Norbert Rakowski: To już tylko anegdota, ale kiedy na początku mojej kariery ktoś mówił mi, że powinienem zagrać Hamleta, to wtedy odpowiadałem, że już go zagrałem. Nie dodawałem tylko (dla dowcipu), że w spektaklu „Rosencrantz i Guildenstern nie żyją” Toma Stoparda, a nie w „Hamlecie” Szekspira. Tak się złożyło akurat, że debiutowałem tą rolą, ale kiedy kończyłem Szkołę Teatralną na wydziale aktorskim, myślałem głównie o reżyserii. A przecież trafiłem na niesamowity rok, na którym byli wspaniali ludzie i – jak się okazało później – doskonali aktorzy. Niemal wszyscy, którzy skończyli ten wydział razem ze mną, otrzymali pracę w najważniejszych teatrach Warszawy; trudno nie wspomnieć o takich nazwiskach jak Agata Kulesza, Gosia Kożuchowska, Kasia Herman, Andrzej Szeremeta, Bartosz Opania i wielu innych. To ciekawe, że wszyscy znaleźli się na jednym roku. Ja jednak chciałem być reżyserem i byłem bardzo zdeterminowany, więc skończyło się tak, że zaraz po aktorstwie poszedłem na reżyserię i kiedy zacząłem pracować w tym zawodzie, aktorstwo zeszło na dalszy plan. Dzisiaj nie mogę powiedzieć o sobie, że jestem aktorem, ani tego, że teatr jest tylko moją pasją. Ja nie bawię się w teatr. Traktuję to narzędzie dość odpowiedzialnie, tak przynajmniej mi się wydaje. W pewnym momencie swojego dojrzałego życia doszedłem do przekonania, i to jest dla mnie kluczowe, że teatru używam po prostu jako środka wyrazu, narzędzia do podejmowania dialogu, do podzielenia się problemem, który interesuje mnie w danym momencie. Jako reżyser zabieram się do działania dopiero wtedy, kiedy czuję, że dany temat rezonuje z jakimś kręgiem społecznym i mam coś w tym aspekcie do powiedzenia. Muszę oczywiście to sprawdzić, robiąc sztukę, czy rzeczywiście tak jest. Dobór środków wyrazu również jest dla mnie istotny, choć przyznam, że w mojej pracy wszystko się przeplata. Realizuję spektakle oparte głównie na motywacji psychologicznej bohaterów, ale ruch, choreografia czy obraz mają równoważne znaczenie. Z biegiem lat te dziedziny mają dla mnie coraz większe znaczenie w sztukach teatralnych i bywa, że dominują nad konfliktem dramatycznym czy rolą aktora. Dojrzałem również do myśli, że sztuka nie zbawi świata, a co za tym idzie – i ja nie mam takich ambicji. Nie chcę niczego zmieniać sztuką ani wchodzić na barykady. Nie interesuje mnie kontekst polityczny, ale doświadczenie i dialog kontekstowy. Mówię to z perspektywy reżysera, bo oczywiście odmienną mam jako dyrektor.

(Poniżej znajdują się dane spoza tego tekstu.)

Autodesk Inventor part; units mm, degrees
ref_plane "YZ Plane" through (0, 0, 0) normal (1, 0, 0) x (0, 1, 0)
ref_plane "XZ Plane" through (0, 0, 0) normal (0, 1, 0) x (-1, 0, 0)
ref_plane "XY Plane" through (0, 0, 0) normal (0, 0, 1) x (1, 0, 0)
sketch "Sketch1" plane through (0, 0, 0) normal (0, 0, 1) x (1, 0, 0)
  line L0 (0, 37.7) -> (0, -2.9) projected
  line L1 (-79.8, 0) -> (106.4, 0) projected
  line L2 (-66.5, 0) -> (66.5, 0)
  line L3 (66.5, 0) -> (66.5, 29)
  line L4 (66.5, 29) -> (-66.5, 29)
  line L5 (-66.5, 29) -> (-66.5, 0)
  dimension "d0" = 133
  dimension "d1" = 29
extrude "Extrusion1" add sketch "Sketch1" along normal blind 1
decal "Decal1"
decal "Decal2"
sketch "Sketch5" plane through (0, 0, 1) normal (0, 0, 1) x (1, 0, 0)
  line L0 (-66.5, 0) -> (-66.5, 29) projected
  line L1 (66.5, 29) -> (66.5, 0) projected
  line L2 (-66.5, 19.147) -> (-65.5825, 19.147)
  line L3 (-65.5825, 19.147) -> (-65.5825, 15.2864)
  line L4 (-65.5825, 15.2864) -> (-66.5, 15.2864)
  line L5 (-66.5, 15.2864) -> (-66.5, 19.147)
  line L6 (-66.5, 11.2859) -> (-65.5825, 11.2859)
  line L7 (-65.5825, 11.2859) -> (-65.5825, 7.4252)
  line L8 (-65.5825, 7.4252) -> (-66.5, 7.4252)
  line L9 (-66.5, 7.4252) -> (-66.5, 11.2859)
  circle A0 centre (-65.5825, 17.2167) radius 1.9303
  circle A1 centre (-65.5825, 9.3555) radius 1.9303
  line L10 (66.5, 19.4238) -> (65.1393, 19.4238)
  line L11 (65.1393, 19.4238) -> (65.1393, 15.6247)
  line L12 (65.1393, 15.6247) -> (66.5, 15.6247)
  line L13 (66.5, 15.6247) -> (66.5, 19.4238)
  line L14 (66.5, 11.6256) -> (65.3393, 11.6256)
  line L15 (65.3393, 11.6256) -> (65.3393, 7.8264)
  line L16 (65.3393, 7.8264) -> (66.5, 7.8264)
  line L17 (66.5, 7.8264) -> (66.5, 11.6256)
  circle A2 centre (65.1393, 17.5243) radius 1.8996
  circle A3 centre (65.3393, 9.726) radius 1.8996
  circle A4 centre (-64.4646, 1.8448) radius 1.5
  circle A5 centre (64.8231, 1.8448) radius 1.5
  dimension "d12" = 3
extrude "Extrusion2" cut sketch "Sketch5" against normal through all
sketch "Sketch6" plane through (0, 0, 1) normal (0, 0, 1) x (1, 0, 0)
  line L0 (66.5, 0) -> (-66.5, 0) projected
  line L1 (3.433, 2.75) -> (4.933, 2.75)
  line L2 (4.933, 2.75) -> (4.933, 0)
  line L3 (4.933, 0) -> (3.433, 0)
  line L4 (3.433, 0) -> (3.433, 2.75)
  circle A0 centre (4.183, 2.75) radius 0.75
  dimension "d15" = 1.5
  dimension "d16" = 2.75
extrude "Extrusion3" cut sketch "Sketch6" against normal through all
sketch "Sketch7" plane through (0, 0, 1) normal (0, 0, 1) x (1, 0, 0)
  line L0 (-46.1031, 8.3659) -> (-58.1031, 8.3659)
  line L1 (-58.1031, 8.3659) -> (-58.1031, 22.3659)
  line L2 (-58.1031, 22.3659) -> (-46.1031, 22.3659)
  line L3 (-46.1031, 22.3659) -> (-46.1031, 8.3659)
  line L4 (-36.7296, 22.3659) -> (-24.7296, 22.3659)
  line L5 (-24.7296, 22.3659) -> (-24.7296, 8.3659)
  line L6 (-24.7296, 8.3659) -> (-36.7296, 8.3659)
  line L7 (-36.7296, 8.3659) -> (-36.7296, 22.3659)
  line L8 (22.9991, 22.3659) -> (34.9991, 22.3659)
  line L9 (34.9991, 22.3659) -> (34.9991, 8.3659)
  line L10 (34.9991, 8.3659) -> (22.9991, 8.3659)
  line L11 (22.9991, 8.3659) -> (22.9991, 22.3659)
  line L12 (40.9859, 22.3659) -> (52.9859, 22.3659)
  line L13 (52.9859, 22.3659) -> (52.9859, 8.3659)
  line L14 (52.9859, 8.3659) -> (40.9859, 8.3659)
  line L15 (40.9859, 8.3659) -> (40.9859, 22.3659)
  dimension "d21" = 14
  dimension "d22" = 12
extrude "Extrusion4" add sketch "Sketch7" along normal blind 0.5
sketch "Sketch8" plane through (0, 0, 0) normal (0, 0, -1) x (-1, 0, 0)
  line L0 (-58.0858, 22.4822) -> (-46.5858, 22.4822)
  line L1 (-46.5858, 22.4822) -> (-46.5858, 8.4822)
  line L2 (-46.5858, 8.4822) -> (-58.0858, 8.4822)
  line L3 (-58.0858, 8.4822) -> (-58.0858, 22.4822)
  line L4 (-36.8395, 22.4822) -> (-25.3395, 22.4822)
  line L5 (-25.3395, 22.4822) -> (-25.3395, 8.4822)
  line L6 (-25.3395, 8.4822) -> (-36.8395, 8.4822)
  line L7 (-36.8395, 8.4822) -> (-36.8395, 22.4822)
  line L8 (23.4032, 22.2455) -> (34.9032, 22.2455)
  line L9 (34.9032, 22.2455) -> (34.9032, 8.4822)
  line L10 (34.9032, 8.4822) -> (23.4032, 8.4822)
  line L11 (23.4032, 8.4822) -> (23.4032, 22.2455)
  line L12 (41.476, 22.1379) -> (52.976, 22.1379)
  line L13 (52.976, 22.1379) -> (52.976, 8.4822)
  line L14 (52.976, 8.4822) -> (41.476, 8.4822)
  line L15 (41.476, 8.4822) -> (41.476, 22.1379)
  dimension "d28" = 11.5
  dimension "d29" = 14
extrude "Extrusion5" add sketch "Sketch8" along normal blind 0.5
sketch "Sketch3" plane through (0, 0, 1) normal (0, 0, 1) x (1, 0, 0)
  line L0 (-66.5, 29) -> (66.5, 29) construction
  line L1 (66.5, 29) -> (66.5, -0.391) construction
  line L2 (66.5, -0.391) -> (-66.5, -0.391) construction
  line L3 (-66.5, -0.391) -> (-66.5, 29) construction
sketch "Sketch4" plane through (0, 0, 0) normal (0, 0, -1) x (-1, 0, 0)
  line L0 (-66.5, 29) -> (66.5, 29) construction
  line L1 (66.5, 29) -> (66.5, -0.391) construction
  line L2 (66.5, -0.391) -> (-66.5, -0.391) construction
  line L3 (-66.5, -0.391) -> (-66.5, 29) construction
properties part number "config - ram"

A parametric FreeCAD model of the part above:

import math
import FreeCAD as App
import Part
import Sketcher
from FreeCAD import Vector


def add_polygon(sketch, points):
    """Adds a closed chain of lines whose ends are joined by coincident constraints."""
    first, n = sketch.GeometryCount, len(points)
    for a, b in zip(points, points[1:] + points[:1]):
        sketch.addGeometry(Part.LineSegment(App.Vector(*a, 0), App.Vector(*b, 0)), False)
    for i in range(n):
        sketch.addConstraint(Sketcher.Constraint("Coincident", first + i, 2, first + (i + 1) % n, 1))

doc = App.newDocument("Part")
body = doc.addObject("PartDesign::Body", "Body")

# Sketch on XY plane
sketch1 = body.newObject("Sketcher::SketchObject", "Sketch")
sketch1.AttachmentSupport = (doc.getObject("XY_Plane"), [""])
sketch1.MapMode = "FlatFace"
add_polygon(sketch1, [(66.5, 29), (-66.5, 29), (-66.5, 0), (66.5, 0)])  # lines 0-3
sketch1.addConstraint(Sketcher.Constraint("Horizontal", 0))
sketch1.addConstraint(Sketcher.Constraint("Vertical", 1))
sketch1.addConstraint(Sketcher.Constraint("Horizontal", 2))
sketch1.addConstraint(Sketcher.Constraint("Vertical", 3))
sketch1.addConstraint(Sketcher.Constraint("Symmetric", 1, 2, 2, 2, -1, 1))
sketch1.addConstraint(Sketcher.Constraint("DistanceX", 0, 2, 0, 1, 133.0))
sketch1.addConstraint(Sketcher.Constraint("DistanceY", 1, 2, 1, 1, 29.0))
pad1 = body.newObject("PartDesign::Pad", "Pad")
pad1.Profile = sketch1
pad1.Length = 1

Jako dyrektor powiedziałeś kiedyś, że chciałbyś, żeby teatr był dla wszystkich. Czy naprawdę da się to zrobić? A może chodziło o to, żeby ten konkretny, opolski teatr, był bardziej urozmaicony?
Chodziło mi o to, że teatr w Opolu to jedyny teatr w województwie i w związku z tym musi mieć szerokie spektrum repertuaru. Jako jedyna tego typu instytucja mamy poważną funkcję, w pewnym sensie jesteśmy odpowiedzialni za budowanie świadomości i uwrażliwienia na kulturę. W takiej sytuacji trudno jest się ukierunkować i stwierdzić, że chciałbym robić taki a nie inny teatr, bo to może zrazić widzów, poza tym w ogóle nie będzie fair prowadzenie autorskiego teatru za publiczne pieniądze. Jeśli zawęzimy repertuar i, dajmy na to, widzowie przyjdą na progresywny teatr, którego nigdy w życiu nie widzieli, to po prostu uciekną. Teatr dla wszystkich rozumiem jako teatr publiczny, dla każdego widza, z szerokim wachlarzem propozycji tematycznych, estetycznych, gatunkowych. My musimy mieć świadomość, w jakim miejscu funkcjonujemy. Ludzie, którzy tutaj przychodzą, wiedzą już, że nie dostaną prostego rozwiązania czy taniej rozrywki. Na szczęście udaje się wciągać widza w taką narrację i już raczej nie słyszy się pytań w stylu „dlaczego tam nie ma komedii?”. W naszym repertuarze, owszem, można znaleźć propozycje atrakcyjne, zrobione z poczuciem humoru, natomiast nie jest to teatr nastawiony na rozrywkę czy na popisy umiejętności aktorskich. Nasi widzowie już to wiedzą.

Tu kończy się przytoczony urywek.